# Drilling a well



## FLWhaler (Oct 1, 2007)

Anyone have a well put down lately? Any recommendations? Looking at a well for the house to use for the sprinkler system.


----------



## Deeplines (Sep 28, 2007)

What's your water Table. Most likely you can do it your self. 

I can help if need be. Did my own in Jax. It will take a couple of days be saves a lot of money.


----------



## BananaTom (Feb 16, 2008)

Deeplines said:


> Most likely you can do it your self.
> 
> I can help if need be. Did my own in Jax. It will take a couple of days be saves a lot of money.


I did one with an auger and bailer I rented from Warrington Hardware in 1998. 25 feet deep. I would not do it again. That was allot of hard work.


----------



## kiefersdad (Apr 26, 2013)

*Clyde's Well Service*

I have used Clyde's Well Service and they did a great job. My uncle lives next door and he was highly satisfied with them also when they did a well for him. I had to call them for service after a lightning strike and they were there in less than two hours. Mike
Clyde's number 850-675-6230


----------



## Murphy's Law (Sep 27, 2007)

http://www.drillyourownwell.com/

Sent from my SM-G900P using Tapatalk


----------



## stc1993 (Nov 23, 2014)

My uncle did my moms somehow. All he used was a waterhose & a 55 gal drum of water. I wasn't there so I don't know how he did it.


----------



## Deeplines (Sep 28, 2007)

BananaTom said:


> I did one with an auger and bailer I rented from Warrington Hardware in 1998. 25 feet deep. I would not do it again. That was allot of hard work.


Tom,

All you need is a water hose and PVC pipe most likely. It's work for sure but not that hard. That's all I used in JAX. Is it Ideal? No, but you can dig and install EVERYTHING for your system for less than a grand. The sprinkler system part is easy.


----------



## BananaTom (Feb 16, 2008)

Deeplines said:


> Tom,
> 
> All you need is a water hose and PVC pipe most likely. It's work for sure but not that hard. That's all I used in JAX. Is it Ideal? No, but you can dig and install EVERYTHING for your system for less than a grand. The sprinkler system part is easy.

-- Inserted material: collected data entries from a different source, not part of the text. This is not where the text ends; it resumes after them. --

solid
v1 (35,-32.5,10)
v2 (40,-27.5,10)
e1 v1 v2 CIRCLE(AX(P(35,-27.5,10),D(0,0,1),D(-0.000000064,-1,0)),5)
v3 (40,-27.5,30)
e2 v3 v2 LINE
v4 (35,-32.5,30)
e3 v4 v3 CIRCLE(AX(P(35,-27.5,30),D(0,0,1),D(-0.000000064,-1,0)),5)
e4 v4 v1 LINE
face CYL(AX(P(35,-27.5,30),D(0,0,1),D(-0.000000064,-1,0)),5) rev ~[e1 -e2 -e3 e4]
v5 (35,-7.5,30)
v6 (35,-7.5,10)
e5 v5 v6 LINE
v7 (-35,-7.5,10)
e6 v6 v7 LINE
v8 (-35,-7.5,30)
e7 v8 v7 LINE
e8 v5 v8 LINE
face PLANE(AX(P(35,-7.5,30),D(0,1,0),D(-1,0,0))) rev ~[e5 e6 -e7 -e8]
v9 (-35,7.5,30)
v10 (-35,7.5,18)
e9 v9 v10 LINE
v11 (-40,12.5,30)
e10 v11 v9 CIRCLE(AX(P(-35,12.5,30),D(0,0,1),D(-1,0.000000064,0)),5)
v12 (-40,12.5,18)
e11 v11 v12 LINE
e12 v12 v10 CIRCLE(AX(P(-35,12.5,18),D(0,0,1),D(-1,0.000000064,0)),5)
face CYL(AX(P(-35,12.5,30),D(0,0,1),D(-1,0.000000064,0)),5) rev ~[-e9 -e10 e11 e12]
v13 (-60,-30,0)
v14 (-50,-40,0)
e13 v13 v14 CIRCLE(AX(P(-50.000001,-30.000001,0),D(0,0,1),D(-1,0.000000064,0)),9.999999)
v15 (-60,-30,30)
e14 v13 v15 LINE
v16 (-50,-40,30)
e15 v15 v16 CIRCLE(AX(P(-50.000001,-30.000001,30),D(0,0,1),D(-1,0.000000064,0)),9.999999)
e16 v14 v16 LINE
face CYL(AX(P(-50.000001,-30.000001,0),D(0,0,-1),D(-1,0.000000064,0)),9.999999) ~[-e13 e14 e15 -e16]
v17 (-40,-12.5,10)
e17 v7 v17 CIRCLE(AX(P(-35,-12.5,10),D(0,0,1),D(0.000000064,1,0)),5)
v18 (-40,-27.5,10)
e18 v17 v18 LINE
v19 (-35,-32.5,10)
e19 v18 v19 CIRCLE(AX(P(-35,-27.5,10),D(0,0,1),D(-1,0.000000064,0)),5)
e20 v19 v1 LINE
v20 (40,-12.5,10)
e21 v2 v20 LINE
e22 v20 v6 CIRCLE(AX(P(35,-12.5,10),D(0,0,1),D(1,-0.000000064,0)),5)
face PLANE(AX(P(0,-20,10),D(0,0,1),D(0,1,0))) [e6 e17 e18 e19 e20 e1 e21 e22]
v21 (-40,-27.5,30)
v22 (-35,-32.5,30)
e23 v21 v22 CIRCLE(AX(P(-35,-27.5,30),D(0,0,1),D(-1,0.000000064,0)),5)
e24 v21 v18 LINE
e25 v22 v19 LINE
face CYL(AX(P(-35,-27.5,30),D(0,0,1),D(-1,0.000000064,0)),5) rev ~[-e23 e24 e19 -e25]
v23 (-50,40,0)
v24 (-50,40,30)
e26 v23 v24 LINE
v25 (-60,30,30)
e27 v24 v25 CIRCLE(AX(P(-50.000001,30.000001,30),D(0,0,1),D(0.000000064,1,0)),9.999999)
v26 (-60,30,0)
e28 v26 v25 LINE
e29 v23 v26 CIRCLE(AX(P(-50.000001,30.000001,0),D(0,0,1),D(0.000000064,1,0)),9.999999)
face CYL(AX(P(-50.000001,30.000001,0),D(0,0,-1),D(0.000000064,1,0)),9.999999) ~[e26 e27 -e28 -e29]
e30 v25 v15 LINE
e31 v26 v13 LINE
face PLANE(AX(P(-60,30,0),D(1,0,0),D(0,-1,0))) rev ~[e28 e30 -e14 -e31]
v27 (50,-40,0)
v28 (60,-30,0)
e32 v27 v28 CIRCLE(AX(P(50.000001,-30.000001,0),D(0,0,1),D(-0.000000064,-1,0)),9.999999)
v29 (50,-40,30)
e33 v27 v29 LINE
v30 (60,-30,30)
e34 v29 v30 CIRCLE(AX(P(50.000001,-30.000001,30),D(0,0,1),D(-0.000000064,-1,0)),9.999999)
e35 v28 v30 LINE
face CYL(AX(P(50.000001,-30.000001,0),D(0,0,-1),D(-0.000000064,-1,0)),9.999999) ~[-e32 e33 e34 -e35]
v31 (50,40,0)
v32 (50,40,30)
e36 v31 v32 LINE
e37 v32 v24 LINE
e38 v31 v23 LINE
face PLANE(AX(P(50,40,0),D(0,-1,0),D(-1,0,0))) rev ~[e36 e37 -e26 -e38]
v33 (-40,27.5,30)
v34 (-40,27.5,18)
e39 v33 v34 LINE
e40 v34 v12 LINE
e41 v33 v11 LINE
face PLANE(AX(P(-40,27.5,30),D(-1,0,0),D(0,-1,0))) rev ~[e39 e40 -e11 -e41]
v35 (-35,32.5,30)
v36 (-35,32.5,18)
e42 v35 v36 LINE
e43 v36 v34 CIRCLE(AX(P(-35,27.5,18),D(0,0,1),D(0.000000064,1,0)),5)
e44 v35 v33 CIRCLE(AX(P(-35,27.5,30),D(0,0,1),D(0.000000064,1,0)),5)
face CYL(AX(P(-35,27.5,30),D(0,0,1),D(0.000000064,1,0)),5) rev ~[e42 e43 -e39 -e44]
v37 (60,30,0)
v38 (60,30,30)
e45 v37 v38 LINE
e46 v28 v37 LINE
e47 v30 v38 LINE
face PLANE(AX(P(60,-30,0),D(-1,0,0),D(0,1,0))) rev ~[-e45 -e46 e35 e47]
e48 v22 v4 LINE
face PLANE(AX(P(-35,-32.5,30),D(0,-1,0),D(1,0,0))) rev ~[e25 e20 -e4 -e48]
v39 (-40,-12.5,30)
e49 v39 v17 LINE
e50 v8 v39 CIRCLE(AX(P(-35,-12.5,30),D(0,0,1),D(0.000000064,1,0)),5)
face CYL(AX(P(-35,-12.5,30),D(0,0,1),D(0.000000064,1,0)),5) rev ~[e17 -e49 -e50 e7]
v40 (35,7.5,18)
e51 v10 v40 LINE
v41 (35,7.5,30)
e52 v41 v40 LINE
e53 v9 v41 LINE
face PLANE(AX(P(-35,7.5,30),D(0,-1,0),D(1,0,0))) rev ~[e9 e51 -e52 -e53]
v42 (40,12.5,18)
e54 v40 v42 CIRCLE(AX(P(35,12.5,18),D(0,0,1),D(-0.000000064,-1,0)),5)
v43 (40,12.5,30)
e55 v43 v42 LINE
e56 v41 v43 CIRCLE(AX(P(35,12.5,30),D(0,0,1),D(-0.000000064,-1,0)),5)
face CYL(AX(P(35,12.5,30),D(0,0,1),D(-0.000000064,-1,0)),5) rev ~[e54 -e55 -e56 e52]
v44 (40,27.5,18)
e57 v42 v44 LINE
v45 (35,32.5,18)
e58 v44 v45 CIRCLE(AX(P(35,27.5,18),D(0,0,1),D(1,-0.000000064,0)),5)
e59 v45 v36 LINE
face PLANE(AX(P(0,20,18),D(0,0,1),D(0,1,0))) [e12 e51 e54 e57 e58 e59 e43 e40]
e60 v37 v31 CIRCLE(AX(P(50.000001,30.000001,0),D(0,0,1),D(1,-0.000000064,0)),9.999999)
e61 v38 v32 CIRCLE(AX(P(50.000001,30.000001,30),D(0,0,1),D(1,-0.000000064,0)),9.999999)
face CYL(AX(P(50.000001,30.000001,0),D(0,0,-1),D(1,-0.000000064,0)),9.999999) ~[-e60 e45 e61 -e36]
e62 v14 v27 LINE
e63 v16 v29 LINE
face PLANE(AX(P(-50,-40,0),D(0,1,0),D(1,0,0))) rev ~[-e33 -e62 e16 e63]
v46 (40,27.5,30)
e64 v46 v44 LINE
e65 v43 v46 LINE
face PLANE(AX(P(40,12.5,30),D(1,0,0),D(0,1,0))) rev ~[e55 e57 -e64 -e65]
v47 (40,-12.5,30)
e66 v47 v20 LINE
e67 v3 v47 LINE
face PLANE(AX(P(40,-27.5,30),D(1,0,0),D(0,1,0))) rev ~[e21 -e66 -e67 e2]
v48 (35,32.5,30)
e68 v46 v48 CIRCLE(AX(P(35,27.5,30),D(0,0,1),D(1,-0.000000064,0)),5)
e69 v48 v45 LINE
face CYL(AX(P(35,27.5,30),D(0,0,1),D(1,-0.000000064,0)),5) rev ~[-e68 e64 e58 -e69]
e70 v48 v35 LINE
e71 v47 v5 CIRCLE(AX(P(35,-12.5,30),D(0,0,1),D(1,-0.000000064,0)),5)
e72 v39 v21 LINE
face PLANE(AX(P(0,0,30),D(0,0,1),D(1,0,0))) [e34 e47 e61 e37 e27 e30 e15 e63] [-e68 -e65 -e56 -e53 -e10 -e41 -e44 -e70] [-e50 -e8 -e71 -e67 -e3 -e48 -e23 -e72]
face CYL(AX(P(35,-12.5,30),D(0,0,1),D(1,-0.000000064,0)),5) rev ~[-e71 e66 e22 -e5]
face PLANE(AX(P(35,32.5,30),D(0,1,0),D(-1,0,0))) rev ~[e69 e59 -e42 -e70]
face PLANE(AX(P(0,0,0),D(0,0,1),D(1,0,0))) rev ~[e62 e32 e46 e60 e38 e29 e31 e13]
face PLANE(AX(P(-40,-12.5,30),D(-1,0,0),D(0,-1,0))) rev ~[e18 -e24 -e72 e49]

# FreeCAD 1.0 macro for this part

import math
import FreeCAD as App
import Part
import Sketcher

V = App.Vector
Q = App.Units.Quantity

doc = App.newDocument("Part")
body = doc.addObject("PartDesign::Body", "Body")

# Sketch on XY plane
sketch1 = doc.addObject("Sketcher::SketchObject", "Sketch")
body.addObject(sketch1)
sketch1.AttachmentSupport = (doc.XY_Plane, [""])
sketch1.MapMode = "FlatFace"
sketch1.addGeometry([
    Part.LineSegment(V(-60, 30, 0), V(-60, -30, 0)),  # 0
    Part.ArcOfCircle(Part.Circle(V(-50, -30, 0), V(0, 0, 1), 10), math.radians(180), math.radians(270)),  # 1
    Part.LineSegment(V(-50, -40, 0), V(50, -40, 0)),  # 2
    Part.ArcOfCircle(Part.Circle(V(50, -30, 0), V(0, 0, 1), 10), math.radians(-90), math.radians(0)),  # 3
    Part.LineSegment(V(60, -30, 0), V(60, 30, 0)),  # 4
    Part.ArcOfCircle(Part.Circle(V(50, 30, 0), V(0, 0, 1), 10), math.radians(0), math.radians(90)),  # 5
    Part.LineSegment(V(50, 40, 0), V(-50, 40, 0)),  # 6
    Part.ArcOfCircle(Part.Circle(V(-50, 30, 0), V(0, 0, 1), 10), math.radians(90), math.radians(180)),  # 7
], False)
sketch1.addConstraint([
    Sketcher.Constraint("Tangent", 0, 2, 1, 1),
    Sketcher.Constraint("Tangent", 1, 2, 2, 1),
    Sketcher.Constraint("Tangent", 2, 2, 3, 1),
    Sketcher.Constraint("Tangent", 3, 2, 4, 1),
    Sketcher.Constraint("Tangent", 4, 2, 5, 1),
    Sketcher.Constraint("Tangent", 5, 2, 6, 1),
    Sketcher.Constraint("Tangent", 6, 2, 7, 1),
    Sketcher.Constraint("Tangent", 7, 2, 0, 1),
    Sketcher.Constraint("Vertical", 0),
    Sketcher.Constraint("Horizontal", 2),
    Sketcher.Constraint("Vertical", 4),
    Sketcher.Constraint("Horizontal", 6),
    Sketcher.Constraint("Equal", 1, 3),
    Sketcher.Constraint("Equal", 3, 5),
    Sketcher.Constraint("Equal", 5, 7),
    Sketcher.Constraint("Symmetric", 1, 3, 5, 3, -1, 1),
    Sketcher.Constraint("Radius", 1, Q("9.999999 mm")),
    Sketcher.Constraint("DistanceX", 2, 1, 2, 2, Q("100 mm")),
    Sketcher.Constraint("DistanceY", 0, 2, 0, 1, Q("60 mm")),
])
pad1 = doc.addObject("PartDesign::Pad", "Pad")
body.addObject(pad1)
pad1.Profile = sketch1
pad1.Length = 30

# Sketch on XY plane
sketch2 = doc.addObject("Sketcher::SketchObject", "Sketch001")
body.addObject(sketch2)
sketch2.AttachmentSupport = (doc.XY_Plane, [""])
sketch2.MapMode = "FlatFace"
sketch2.AttachmentOffset = App.Placement(V(0, 0, 30), App.Rotation())
sketch2.addGeometry([
    Part.LineSegment(V(-40, 27.5, 0), V(-40, 12.5, 0)),  # 0
    Part.ArcOfCircle(Part.Circle(V(-35, 12.5, 0), V(0, 0, 1), 5), math.radians(180), math.radians(270)),  # 1
    Part.LineSegment(V(-35, 7.5, 0), V(35, 7.5, 0)),  # 2
    Part.ArcOfCircle(Part.Circle(V(35, 12.5, 0), V(0, 0, 1), 5), math.radians(-90), math.radians(0)),  # 3
    Part.LineSegment(V(40, 12.5, 0), V(40, 27.5, 0)),  # 4
    Part.ArcOfCircle(Part.Circle(V(35, 27.5, 0), V(0, 0, 1), 5), math.radians(0), math.radians(90)),  # 5
    Part.LineSegment(V(35, 32.5, 0), V(-35, 32.5, 0)),  # 6
    Part.ArcOfCircle(Part.Circle(V(-35, 27.5, 0), V(0, 0, 1), 5), math.radians(90), math.radians(180)),  # 7
], False)
sketch2.addConstraint([
    Sketcher.Constraint("Tangent", 0, 2, 1, 1),
    Sketcher.Constraint("Tangent", 1, 2, 2, 1),
    Sketcher.Constraint("Tangent", 2, 2, 3, 1),
    Sketcher.Constraint("Tangent", 3, 2, 4, 1),
    Sketcher.Constraint("Tangent", 4, 2, 5, 1),
    Sketcher.Constraint("Tangent", 5, 2, 6, 1),
    Sketcher.Constraint("Tangent", 6, 2, 7, 1),
    Sketcher.Constraint("Tangent", 7, 2, 0, 1),
    Sketcher.Constraint("Vertical", 0),
    Sketcher.Constraint("Horizontal", 2),
    Sketcher.Constraint("Vertical", 4),
    Sketcher.Constraint("Horizontal", 6),
    Sketcher.Constraint("Equal", 1, 3),
    Sketcher.Constraint("Equal", 3, 5),
    Sketcher.Constraint("Equal", 5, 7),
    Sketcher.Constraint("Radius", 1, Q("5 mm")),
    Sketcher.Constraint("DistanceX", 2, 1, 2, 2, Q("70 mm")),
    Sketcher.Constraint("DistanceY", 0, 2, 0, 1, Q("15 mm")),
    Sketcher.Constraint("DistanceX", 1, 3, -1, 1, Q("35 mm")),
    Sketcher.Constraint("DistanceY", -1, 1, 1, 3, Q("12.5 mm")),
])
pocket1 = doc.addObject("PartDesign::Pocket", "Pocket")
body.addObject(pocket1)
pocket1.Profile = sketch2
pocket1.Length = 12

# Sketch on XY plane
sketch3 = doc.addObject("Sketcher::SketchObject", "Sketch002")
body.addObject(sketch3)
sketch3.AttachmentSupport = (doc.XY_Plane, [""])
sketch3.MapMode = "FlatFace"
sketch3.AttachmentOffset = App.Placement(V(0, 0, 30), App.Rotation())
sketch3.addGeometry([
    Part.LineSegment(V(-40, -12.5, 0), V(-40, -27.5, 0)),  # 0
    Part.ArcOfCircle(Part.Circle(V(-35, -27.5, 0), V(0, 0, 1), 5), math.radians(180), math.radians(270)),  # 1
    Part.LineSegment(V(-35, -32.5, 0), V(35, -32.5, 0)),  # 2
    Part.ArcOfCircle(Part.Circle(V(35, -27.5, 0), V(0, 0, 1), 5), math.radians(-90), math.radians(0)),  # 3
    Part.LineSegment(V(40, -27.5, 0), V(40, -12.5, 0)),  # 4
    Part.ArcOfCircle(Part.Circle(V(35, -12.5, 0), V(0, 0, 1), 5), math.radians(0), math.radians(90)),  # 5
    Part.LineSegment(V(35, -7.5, 0), V(-35, -7.5, 0)),  # 6
    Part.ArcOfCircle(Part.Circle(V(-35, -12.5, 0), V(0, 0, 1), 5), math.radians(90), math.radians(180)),  # 7
], False)
sketch3.addConstraint([
    Sketcher.Constraint("Tangent", 0, 2, 1, 1),
    Sketcher.Constraint("Tangent", 1, 2, 2, 1),
    Sketcher.Constraint("Tangent", 2, 2, 3, 1),
    Sketcher.Constraint("Tangent", 3, 2, 4, 1),
    Sketcher.Constraint("Tangent", 4, 2, 5, 1),
    Sketcher.Constraint("Tangent", 5, 2, 6, 1),
    Sketcher.Constraint("Tangent", 6, 2, 7, 1),
    Sketcher.Constraint("Tangent", 7, 2, 0, 1),
    Sketcher.Constraint("Vertical", 0),
    Sketcher.Constraint("Horizontal", 2),
    Sketcher.Constraint("Vertical", 4),
    Sketcher.Constraint("Horizontal", 6),
    Sketcher.Constraint("Equal", 1, 3),
    Sketcher.Constraint("Equal", 3, 5),
    Sketcher.Constraint("Equal", 5, 7),
    Sketcher.Constraint("Radius", 1, Q("5 mm")),
    Sketcher.Constraint("DistanceX", 2, 1, 2, 2, Q("70 mm")),
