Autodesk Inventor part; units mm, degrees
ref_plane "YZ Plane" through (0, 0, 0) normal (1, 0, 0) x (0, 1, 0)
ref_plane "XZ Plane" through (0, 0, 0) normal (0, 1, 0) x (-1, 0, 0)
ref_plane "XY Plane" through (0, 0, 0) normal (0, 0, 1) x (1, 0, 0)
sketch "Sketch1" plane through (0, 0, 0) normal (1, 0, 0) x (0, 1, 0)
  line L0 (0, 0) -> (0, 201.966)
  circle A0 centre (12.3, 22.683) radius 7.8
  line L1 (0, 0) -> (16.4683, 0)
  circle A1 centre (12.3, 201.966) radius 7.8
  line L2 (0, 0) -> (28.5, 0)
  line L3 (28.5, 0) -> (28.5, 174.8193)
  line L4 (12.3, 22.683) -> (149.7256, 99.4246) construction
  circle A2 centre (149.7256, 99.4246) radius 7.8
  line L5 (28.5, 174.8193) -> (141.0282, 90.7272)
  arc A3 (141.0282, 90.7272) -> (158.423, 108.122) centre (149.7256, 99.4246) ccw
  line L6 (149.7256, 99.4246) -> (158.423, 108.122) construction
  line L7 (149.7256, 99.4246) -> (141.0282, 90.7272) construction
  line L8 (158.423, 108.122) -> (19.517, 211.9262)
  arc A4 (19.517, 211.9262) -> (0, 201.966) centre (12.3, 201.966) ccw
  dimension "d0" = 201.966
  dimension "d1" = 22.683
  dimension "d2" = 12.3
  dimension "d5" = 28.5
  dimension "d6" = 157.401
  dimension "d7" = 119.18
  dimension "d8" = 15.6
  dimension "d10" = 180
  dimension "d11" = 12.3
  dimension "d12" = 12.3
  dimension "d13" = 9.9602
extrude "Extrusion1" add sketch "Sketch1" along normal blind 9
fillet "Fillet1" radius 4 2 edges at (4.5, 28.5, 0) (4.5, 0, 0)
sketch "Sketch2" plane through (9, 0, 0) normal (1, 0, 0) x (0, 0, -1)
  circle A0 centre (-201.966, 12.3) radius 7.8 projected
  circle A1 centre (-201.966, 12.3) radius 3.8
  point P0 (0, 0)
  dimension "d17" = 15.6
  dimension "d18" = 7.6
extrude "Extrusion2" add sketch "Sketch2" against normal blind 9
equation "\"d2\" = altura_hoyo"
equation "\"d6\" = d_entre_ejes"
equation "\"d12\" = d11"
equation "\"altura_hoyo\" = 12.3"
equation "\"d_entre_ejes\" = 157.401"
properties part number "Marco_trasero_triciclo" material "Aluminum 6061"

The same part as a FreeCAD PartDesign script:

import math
import FreeCAD as App
import Part
import Sketcher
from FreeCAD import Vector
Q = App.Units.Quantity


def edges_at(feature, points):
    """Names of the edges that pass closest to the given points."""
    edges = feature.Shape.Edges
    near = lambda p: min(range(len(edges)), key=lambda i: edges[i].distToShape(Part.Vertex(*p))[0])
    return sorted({f"Edge{near(p) + 1}" for p in points})

doc = App.newDocument("Part")
body = doc.addObject("PartDesign::Body", "Body")

sketch1 = body.newObject("Sketcher::SketchObject", "Sketch")
sketch1.AttachmentSupport = (doc.getObject("YZ_Plane"), [""])
sketch1.MapMode = "FlatFace"
sketch1.addGeometry(Part.LineSegment(Vector(0, 201.966, 0), Vector(0, 0, 0)), False)
sketch1.addGeometry(Part.LineSegment(Vector(0, 0, 0), Vector(28.5, 0, 0)), False)
sketch1.addGeometry(Part.LineSegment(Vector(28.5, 0, 0), Vector(28.5, 174.8193, 0)), False)
sketch1.addGeometry(Part.LineSegment(Vector(28.5, 174.8193, 0), Vector(141.0282, 90.7272, 0)), False)
sketch1.addGeometry(Part.ArcOfCircle(Part.Circle(Vector(149.7256, 99.4246, 0), Vector(0, 0, 1), 12.299981), math.radians(-135), math.radians(45)), False)
sketch1.addGeometry(Part.LineSegment(Vector(158.423, 108.122, 0), Vector(19.517, 211.9262, 0)), False)
sketch1.addGeometry(Part.ArcOfCircle(Part.Circle(Vector(12.3, 201.966, 0), Vector(0, 0, 1), 12.300027), math.radians(54.07352), math.radians(180)), False)
sketch1.addGeometry(Part.Circle(Vector(12.3, 22.683, 0), Vector(0, 0, 1), 7.8), False)
sketch1.addGeometry(Part.Circle(Vector(149.7256, 99.4246, 0), Vector(0, 0, 1), 7.8), False)
sketch1.addGeometry(Part.Circle(Vector(12.3, 201.966, 0), Vector(0, 0, 1), 7.8), False)
sketch1.addConstraint(Sketcher.Constraint("Coincident", 0, 2, 1, 1))
sketch1.addConstraint(Sketcher.Constraint("Coincident", 1, 2, 2, 1))
sketch1.addConstraint(Sketcher.Constraint("Coincident", 2, 2, 3, 1))
sketch1.addConstraint(Sketcher.Constraint("Coincident", 3, 2, 4, 1))
sketch1.addConstraint(Sketcher.Constraint("Coincident", 4, 2, 5, 1))
sketch1.addConstraint(Sketcher.Constraint("Coincident", 5, 2, 6, 1))
sketch1.addConstraint(Sketcher.Constraint("Tangent", 6, 2, 0, 1))
sketch1.addConstraint(Sketcher.Constraint("Vertical", 0))
sketch1.addConstraint(Sketcher.Constraint("Horizontal", 1))
sketch1.addConstraint(Sketcher.Constraint("Vertical", 2))
sketch1.addConstraint(Sketcher.Constraint("Coincident", 0, 2, -1, 1))
sketch1.addConstraint(Sketcher.Constraint("Coincident", 8, 3, 4, 3))
sketch1.addConstraint(Sketcher.Constraint("Coincident", 9, 3, 6, 3))
sketch1.addConstraint(Sketcher.Constraint("Equal", 4, 6))
sketch1.addConstraint(Sketcher.Constraint("Equal", 7, 8))
sketch1.addConstraint(Sketcher.Constraint("Equal", 8, 9))
sketch1.addConstraint(Sketcher.Constraint("Parallel", 3, 5))
sketch1.addConstraint(Sketcher.Constraint("Vertical", 6, 3, 7, 3))
sketch1.addConstraint(Sketcher.Constraint("Diameter", 7, Q("15.6 mm")))
sketch1.addConstraint(Sketcher.Constraint("Radius", 4, Q("12.3 mm")))
sketch1.addConstraint(Sketcher.Constraint("DistanceX", 1, 1, 1, 2, Q("28.5 mm")))
sketch1.addConstraint(Sketcher.Constraint("DistanceY", 0, 2, 0, 1, Q("201.966 mm")))
sketch1.addConstraint(Sketcher.Constraint("DistanceY", -1, 1, 7, 3, Q("22.683 mm")))
sketch1.addConstraint(Sketcher.Constraint("Angle", 3, Q("-36.7707 deg")))
sketch1.addConstraint(Sketcher.Constraint("DistanceY", 6, 3, 5, 2, Q("9.9602 mm")))
sketch1.addConstraint(Sketcher.Constraint("Distance", 3, Q("140.478 mm")))
sketch1.addConstraint(Sketcher.Constraint("DistanceY", 2, 1, 2, 2, Q("174.8193 mm")))
sketch1.addConstraint(Sketcher.Constraint("DistanceX", -1, 1, 4, 3, Q("149.7256 mm")))
pad1 = body.newObject("PartDesign::Pad", "Pad")
pad1.Profile = sketch1
pad1.Length = 9
doc.recompute()

fillet = body.newObject("PartDesign::Fillet", "Fillet")
fillet.Base = (pad1, edges_at(pad1, [(4.5, 28.5, 0), (4.5, 0, 0)]))
fillet.Radius = 4

sketch2 = body.newObject("Sketcher::SketchObject", "Sketch001")
sketch2.AttachmentSupport = (doc.getObject("YZ_Plane"), [""])
sketch2.MapMode = "FlatFace"
sketch2.AttachmentOffset = App.Placement(Vector(0, 0, 9), App.Rotation())
sketch2.addGeometry(Part.Circle(Vector(12.3, 201.966, 0), Vector(0, 0, 1), 7.8), False)
sketch2.addGeometry(Part.Circle(Vector(12.3, 201.966, 0), Vector(0, 0, 1), 3.8), False)
sketch2.addConstraint(Sketcher.Constraint("Coincident", 1, 3, 0, 3))
sketch2.addConstraint(Sketcher.Constraint("Diameter", 0, Q("15.6 mm")))
sketch2.addConstraint(Sketcher.Constraint("Diameter", 1, Q("7.6 mm")))
sketch2.addConstraint(Sketcher.Constraint("DistanceX", -1, 1, 0, 3, Q("12.3 mm")))
sketch2.addConstraint(Sketcher.Constraint("DistanceY", -1, 1, 0, 3, Q("201.966 mm")))
pad2 = body.newObject("PartDesign::Pad", "Pad001")
pad2.Profile = sketch2
pad2.Length = 9
pad2.Reversed = True

doc.recompute()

I like the link Murphy's Law put up.


----------



## FLWhaler (Oct 1, 2007)

*Well*

I have done some about 30 feet this is going to be about 100'.


----------



## Deeplines (Sep 28, 2007)

FLWhaler said:


> I have done some about 30 feet this is going to be about 100'.


Yea, That would be to deep IMO for the DIYer.


----------



## Realtor (Oct 1, 2007)

this fella just replaced mu well pump that was 150 plus feet down. very professional and got the job done clean.


----------